Hooshmand Somayeh, Ghaderi Abbas, Yusoff Khatijah, Thilakavathy Karuppiah, Rosli Rozita, Mojtahedi Zahra
Department of Obstetrics and Gynaecology, Faculty of Medicine and Health Sciences, Universiti Putra Malaysia, Selangor, Malaysia E-mail :
Asian Pac J Cancer Prev. 2014;15(7):3311-7. doi: 10.7314/apjcp.2014.15.7.3311.
The consequence of Rho GDP dissociation inhibitor alpha (RhoGDIα) activity on migration and invasion of estrogen receptor positive (ER+) and negative (ER-) breast cancer cells has not been studied using the proteomic approach. Changes in expression of RhoGDIα and other proteins interacting directly or indirectly with RhoGDIα in MCF7 and MDA-MB-231, with different metastatic potentials is of particular interest.
ER+ MCF7 and ER- MDA-MB-231 cell lines were subjected to two-dimensional electrophoresis (2-DE) and spots of interest were identified by matrix-assisted laser desorption/ionization time of- flight/time- of-flight (MALDI-TOF/TOF) mass spectrometry (MS) analysis after downregulation of RhoGDIα using short interfering RNA (siRNA) and upregulated using GFP-tagged ORF clone of RhoGDIα.
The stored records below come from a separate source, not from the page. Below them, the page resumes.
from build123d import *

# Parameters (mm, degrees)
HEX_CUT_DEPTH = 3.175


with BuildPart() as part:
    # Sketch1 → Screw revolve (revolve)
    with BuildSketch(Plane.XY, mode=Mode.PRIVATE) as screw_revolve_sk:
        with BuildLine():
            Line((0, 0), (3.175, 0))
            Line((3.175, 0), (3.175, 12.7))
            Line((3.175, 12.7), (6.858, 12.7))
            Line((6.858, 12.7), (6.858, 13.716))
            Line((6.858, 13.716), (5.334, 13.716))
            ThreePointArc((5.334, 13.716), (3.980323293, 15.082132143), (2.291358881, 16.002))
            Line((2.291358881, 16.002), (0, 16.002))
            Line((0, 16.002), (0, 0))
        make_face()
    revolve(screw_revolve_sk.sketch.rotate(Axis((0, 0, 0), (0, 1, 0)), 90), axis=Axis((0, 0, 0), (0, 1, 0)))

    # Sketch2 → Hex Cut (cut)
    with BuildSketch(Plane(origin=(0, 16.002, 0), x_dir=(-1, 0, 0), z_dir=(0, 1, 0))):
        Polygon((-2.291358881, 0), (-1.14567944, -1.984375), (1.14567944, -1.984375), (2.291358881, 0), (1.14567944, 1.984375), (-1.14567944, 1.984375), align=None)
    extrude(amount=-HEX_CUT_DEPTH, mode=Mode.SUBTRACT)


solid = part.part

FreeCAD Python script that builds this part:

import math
import FreeCAD as App
import Part
import Sketcher

V = App.Vector
Q = App.Units.Quantity

doc = App.newDocument("Part")
body = doc.addObject("PartDesign::Body", "Body")

# Sketch on XY plane
sketch1 = body.newObject("Sketcher::SketchObject", "Sketch")
sketch1.AttachmentSupport = (doc.getObject("XY_Plane"), [""])
sketch1.MapMode = "FlatFace"
sketch1.addGeometry(Part.LineSegment(V(0, 0, 0), V(3.175, 0, 0)), False)
sketch1.addGeometry(Part.LineSegment(V(3.175, 0, 0), V(3.175, 12.7, 0)), False)
sketch1.addGeometry(Part.LineSegment(V(3.175, 12.7, 0), V(6.858, 12.7, 0)), False)
sketch1.addGeometry(Part.LineSegment(V(6.858, 12.7, 0), V(6.858, 13.716, 0)), False)
sketch1.addGeometry(Part.LineSegment(V(6.858, 13.716, 0), V(5.334, 13.716, 0)), False)
sketch1.addGeometry(Part.ArcOfCircle(Part.Circle(V(0, 9.784365, 0), V(0, 0, 1), 6.62641), math.radians(36.393534), math.radians(69.769856)), False)
sketch1.addGeometry(Part.LineSegment(V(2.291359, 16.002, 0), V(0, 16.002, 0)), False)
sketch1.addGeometry(Part.LineSegment(V(0, 16.002, 0), V(0, 0, 0)), False)
sketch1.addConstraint(Sketcher.Constraint("Coincident", 0, 2, 1, 1))
sketch1.addConstraint(Sketcher.Constraint("Coincident", 1, 2, 2, 1))
sketch1.addConstraint(Sketcher.Constraint("Coincident", 2, 2, 3, 1))
sketch1.addConstraint(Sketcher.Constraint("Coincident", 3, 2, 4, 1))
sketch1.addConstraint(Sketcher.Constraint("Coincident", 4, 2, 5, 1))
sketch1.addConstraint(Sketcher.Constraint("Coincident", 5, 2, 6, 1))
sketch1.addConstraint(Sketcher.Constraint("Coincident", 6, 2, 7, 1))
sketch1.addConstraint(Sketcher.Constraint("Coincident", 7, 2, 0, 1))
sketch1.addConstraint(Sketcher.Constraint("Horizontal", 0))
sketch1.addConstraint(Sketcher.Constraint("Vertical", 1))
sketch1.addConstraint(Sketcher.Constraint("Horizontal", 2))
sketch1.addConstraint(Sketcher.Constraint("Vertical", 3))
sketch1.addConstraint(Sketcher.Constraint("Horizontal", 4))
sketch1.addConstraint(Sketcher.Constraint("Horizontal", 6))
sketch1.addConstraint(Sketcher.Constraint("Vertical", 7))
sketch1.addConstraint(Sketcher.Constraint("Coincident", 7, 2, -1, 1))
sketch1.addConstraint(Sketcher.Constraint("PointOnObject", 5, 3, -2))
sketch1.addConstraint(Sketcher.Constraint("DistanceY", 1, 1, 1, 2, Q("0.5 in")))
sketch1.addConstraint(Sketcher.Constraint("DistanceX", 4, 2, 4, 1, Q("0.06 in")))
sketch1.addConstraint(Sketcher.Constraint("DistanceY", 3, 1, 3, 2, Q("0.04 in")))
sketch1.addConstraint(Sketcher.Constraint("DistanceY", 7, 2, 7, 1, Q("0.63 in")))
sketch1.addConstraint(Sketcher.Constraint("DistanceX", 0, 1, 0, 2, Q("0.125 in")))
sketch1.addConstraint(Sketcher.Constraint("DistanceX", 2, 1, 2, 2, Q("0.145 in")))
sketch1.addConstraint(Sketcher.Constraint("Radius", 5, Q("6.62641 mm")))
revolution = body.newObject("PartDesign::Revolution", "Revolution")
revolution.Profile = sketch1
revolution.ReferenceAxis = (sketch1, ["V_Axis"])
revolution.Angle = 360

# Sketch on XZ plane
sketch2 = body.newObject("Sketcher::SketchObject", "Sketch001")
sketch2.AttachmentSupport = (doc.getObject("XZ_Plane"), [""])
sketch2.MapMode = "FlatFace"
sketch2.AttachmentOffset = App.Placement(V(0, 0, -0.63 * 25.4), App.Rotation())
sketch2.addGeometry(Part.LineSegment(V(2.291359, 0, 0), V(1.145679, -1.984375, 0)), False)
sketch2.addGeometry(Part.LineSegment(V(1.145679, -1.984375, 0), V(-1.145679, -1.984375, 0)), False)
sketch2.addGeometry(Part.LineSegment(V(-1.145679, -1.984375, 0), V(-2.291359, 0, 0)), False)
sketch2.addGeometry(Part.LineSegment(V(-2.291359, 0, 0), V(-1.145679, 1.984375, 0)), False)
sketch2.addGeometry(Part.LineSegment(V(-1.145679, 1.984375, 0), V(1.145679, 1.984375, 0)), False)
sketch2.addGeometry(Part.LineSegment(V(1.145679, 1.984375, 0), V(2.291359, 0, 0)), False)
sketch2.addConstraint(Sketcher.Constraint("Coincident", 0, 2, 1, 1))
sketch2.addConstraint(Sketcher.Constraint("Coincident", 1, 2, 2, 1))
sketch2.addConstraint(Sketcher.Constraint("Coincident", 2, 2, 3, 1))
sketch2.addConstraint(Sketcher.Constraint("Coincident", 3, 2, 4, 1))
sketch2.addConstraint(Sketcher.Constraint("Coincident", 4, 2, 5, 1))
sketch2.addConstraint(Sketcher.Constraint("Coincident", 5, 2, 0, 1))
sketch2.addConstraint(Sketcher.Constraint("Horizontal", 1))
sketch2.addConstraint(Sketcher.Constraint("Horizontal", 4))
sketch2.addConstraint(Sketcher.Constraint("Symmetric", 0, 2, 3, 2, -1, 1))
sketch2.addConstraint(Sketcher.Constraint("Symmetric", 2, 2, 5, 2, -1, 1))
sketch2.addConstraint(Sketcher.Constraint("PointOnObject", 2, 2, -1))
sketch2.addConstraint(Sketcher.Constraint("Parallel", 2, 5))
sketch2.addConstraint(Sketcher.Constraint("Vertical", 1, 2, 3, 2))
sketch2.addConstraint(Sketcher.Constraint("Angle", 0, Q("-120 deg")))
sketch2.addConstraint(Sketcher.Constraint("DistanceY", 0, 2, -1, 1, Q("0.078125 in")))
sketch2.addConstraint(Sketcher.Constraint("DistanceX", 1, 2, 1, 1, Q("2.291359 mm")))
pocket1 = body.newObject("PartDesign::Pocket", "Pocket")
pocket1.Profile = sketch2
pocket1.Length = Q("0.125 in")
pocket1.Reversed = True

doc.recompute()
The results showed a total of 35 proteins that were either up- or down-regulated in these cells. Here we identifed 9 and 15 proteins differentially expressed with silencing of RhoGDIα in MCF-7 and the MDA-MB-231 cells, respectively. In addition, 10 proteins were differentially expressed in the upregulation of RhoGDIα in MCF7, while only one protein was identified in the upregulation of RhoGDIα in MDA-MB-231. Based on the biological functions of these proteins, the results revealed that proteins involved in cell migration are more strongly altered with RhoGDI-α activity. Although several of these proteins have been previously indicated in tumorigenesis and invasiveness of breast cancer cells, some ohave not been previously reported to be involved in breast cancer migration. Hence, these proteins may serve as useful candidate biomarkers for tumorigenesis and invasiveness of breast cancer cells.
Future studies are needed to determine the mechanisms by which these proteins regulate cell migration. The combination of RhoGDIα with other potential biomarkers may be a more promising approach in the inhibition of breast cancer cell migration.
尚未使用蛋白质组学方法研究Rho GDP解离抑制剂α(RhoGDIα)活性对雌激素受体阳性(ER +)和阴性(ER -)乳腺癌细胞迁移和侵袭的影响。RhoGDIα以及其他与RhoGDIα直接或间接相互作用的蛋白质在具有不同转移潜能的MCF7和MDA-MB-231细胞中的表达变化尤其令人关注。
ER + MCF7和ER - MDA-MB-231细胞系进行二维电泳(2-DE),使用短干扰RNA(siRNA)下调RhoGDIα并使用RhoGDIα的绿色荧光蛋白标记的开放阅读框(ORF)克隆上调后,通过基质辅助激光解吸/电离飞行时间/飞行时间(MALDI-TOF/TOF)质谱(MS)分析鉴定感兴趣的斑点。
结果显示这些细胞中共有35种蛋白质上调或下调。在这里,我们分别在MCF-7和MDA-MB-231细胞中鉴定出9种和15种随着RhoGDIα沉默而差异表达的蛋白质。此外,在MCF7中RhoGDIα上调时有10种蛋白质差异表达,而在MDA-MB-231中RhoGDIα上调时仅鉴定出一种蛋白质。基于这些蛋白质的生物学功能,结果表明参与细胞迁移的蛋白质受RhoGDI-α活性的影响更大。虽然这些蛋白质中的几种先前已被指出与乳腺癌细胞的肿瘤发生和侵袭有关,但有些以前尚未报道参与乳腺癌迁移。因此,这些蛋白质可能是乳腺癌细胞肿瘤发生和侵袭的有用候选生物标志物。
需要进一步的研究来确定这些蛋白质调节细胞迁移的机制。RhoGDIα与其他潜在生物标志物的联合应用可能是抑制乳腺癌细胞迁移更有前景的方法。